(AVAILABLE RECORDS)
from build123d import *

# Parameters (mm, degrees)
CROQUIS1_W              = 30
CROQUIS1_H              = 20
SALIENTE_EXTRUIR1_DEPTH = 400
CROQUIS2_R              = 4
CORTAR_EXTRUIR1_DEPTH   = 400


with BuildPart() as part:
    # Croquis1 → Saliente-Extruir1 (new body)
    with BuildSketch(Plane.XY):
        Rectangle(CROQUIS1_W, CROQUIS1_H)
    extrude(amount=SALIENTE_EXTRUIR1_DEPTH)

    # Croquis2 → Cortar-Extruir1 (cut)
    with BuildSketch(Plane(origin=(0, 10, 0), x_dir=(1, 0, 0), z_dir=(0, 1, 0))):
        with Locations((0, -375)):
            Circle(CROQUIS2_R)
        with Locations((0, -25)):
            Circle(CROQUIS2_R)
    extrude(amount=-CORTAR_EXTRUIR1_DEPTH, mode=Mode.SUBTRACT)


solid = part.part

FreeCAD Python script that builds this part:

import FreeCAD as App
import Part
import Sketcher

V = App.Vector


def add_polygon(sketch, points):
    """Adds a closed chain of lines whose ends are joined by coincident constraints."""
    first, n = sketch.GeometryCount, len(points)
    for a, b in zip(points, points[1:] + points[:1]):
        sketch.addGeometry(Part.LineSegment(App.Vector(*a, 0), App.Vector(*b, 0)), False)
    for i in range(n):
        sketch.addConstraint(Sketcher.Constraint("Coincident", first + i, 2, first + (i + 1) % n, 1))

doc = App.newDocument("Part")
body = doc.addObject("PartDesign::Body", "Body")

# Sketch on XY plane
sketch1 = body.newObject("Sketcher::SketchObject", "Sketch")
sketch1.AttachmentSupport = (doc.getObject("XY_Plane"), [""])
sketch1.MapMode = "FlatFace"
add_polygon(sketch1, [(-15, 10), (-15, -10), (15, -10), (15, 10)])  # lines 0-3
sketch1.addConstraint(Sketcher.Constraint("Vertical", 0))
sketch1.addConstraint(Sketcher.Constraint("Horizontal", 1))
sketch1.addConstraint(Sketcher.Constraint("Vertical", 2))
sketch1.addConstraint(Sketcher.Constraint("Horizontal", 3))
sketch1.addConstraint(Sketcher.Constraint("Symmetric", 0, 2, 2, 2, -1, 1))
sketch1.addConstraint(Sketcher.Constraint("DistanceX", 1, 1, 1, 2, 30.0))
sketch1.addConstraint(Sketcher.Constraint("DistanceY", 0, 2, 0, 1, 20.0))
pad1 = body.newObject("PartDesign::Pad", "Pad")
pad1.Profile = sketch1
pad1.Length = 400

# Sketch on XZ plane
sketch2 = body.newObject("Sketcher::SketchObject", "Sketch001")
sketch2.AttachmentSupport = (doc.getObject("XZ_Plane"), [""])
sketch2.MapMode = "FlatFace"
sketch2.AttachmentOffset = App.Placement(V(0, 0, -10), App.Rotation())
sketch2.addGeometry(Part.Circle(V(0, 375, 0), V(0, 0, 1), 4), False)
sketch2.addGeometry(Part.Circle(V(0, 25, 0), V(0, 0, 1), 4), False)
sketch2.addConstraint(Sketcher.Constraint("Equal", 0, 1))
sketch2.addConstraint(Sketcher.Constraint("PointOnObject", 0, 3, -2))
sketch2.addConstraint(Sketcher.Constraint("PointOnObject", 1, 3, -2))
sketch2.addConstraint(Sketcher.Constraint("Diameter", 0, 8.0))
sketch2.addConstraint(Sketcher.Constraint("DistanceY", -1, 1, 0, 3, 375.0))
sketch2.addConstraint(Sketcher.Constraint("DistanceY", -1, 1, 1, 3, 25.0))
pocket1 = body.newObject("PartDesign::Pocket", "Pocket")
pocket1.Profile = sketch2
pocket1.Length = 400
pocket1.Reversed = True

doc.recompute()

(GOAL OF THE EXERCISE)
Find the word "Locations" in the entries. Copy each line that holds it.

(OUTPUT OF THE TASK)
        with Locations((0, -375)):
        with Locations((0, -25)):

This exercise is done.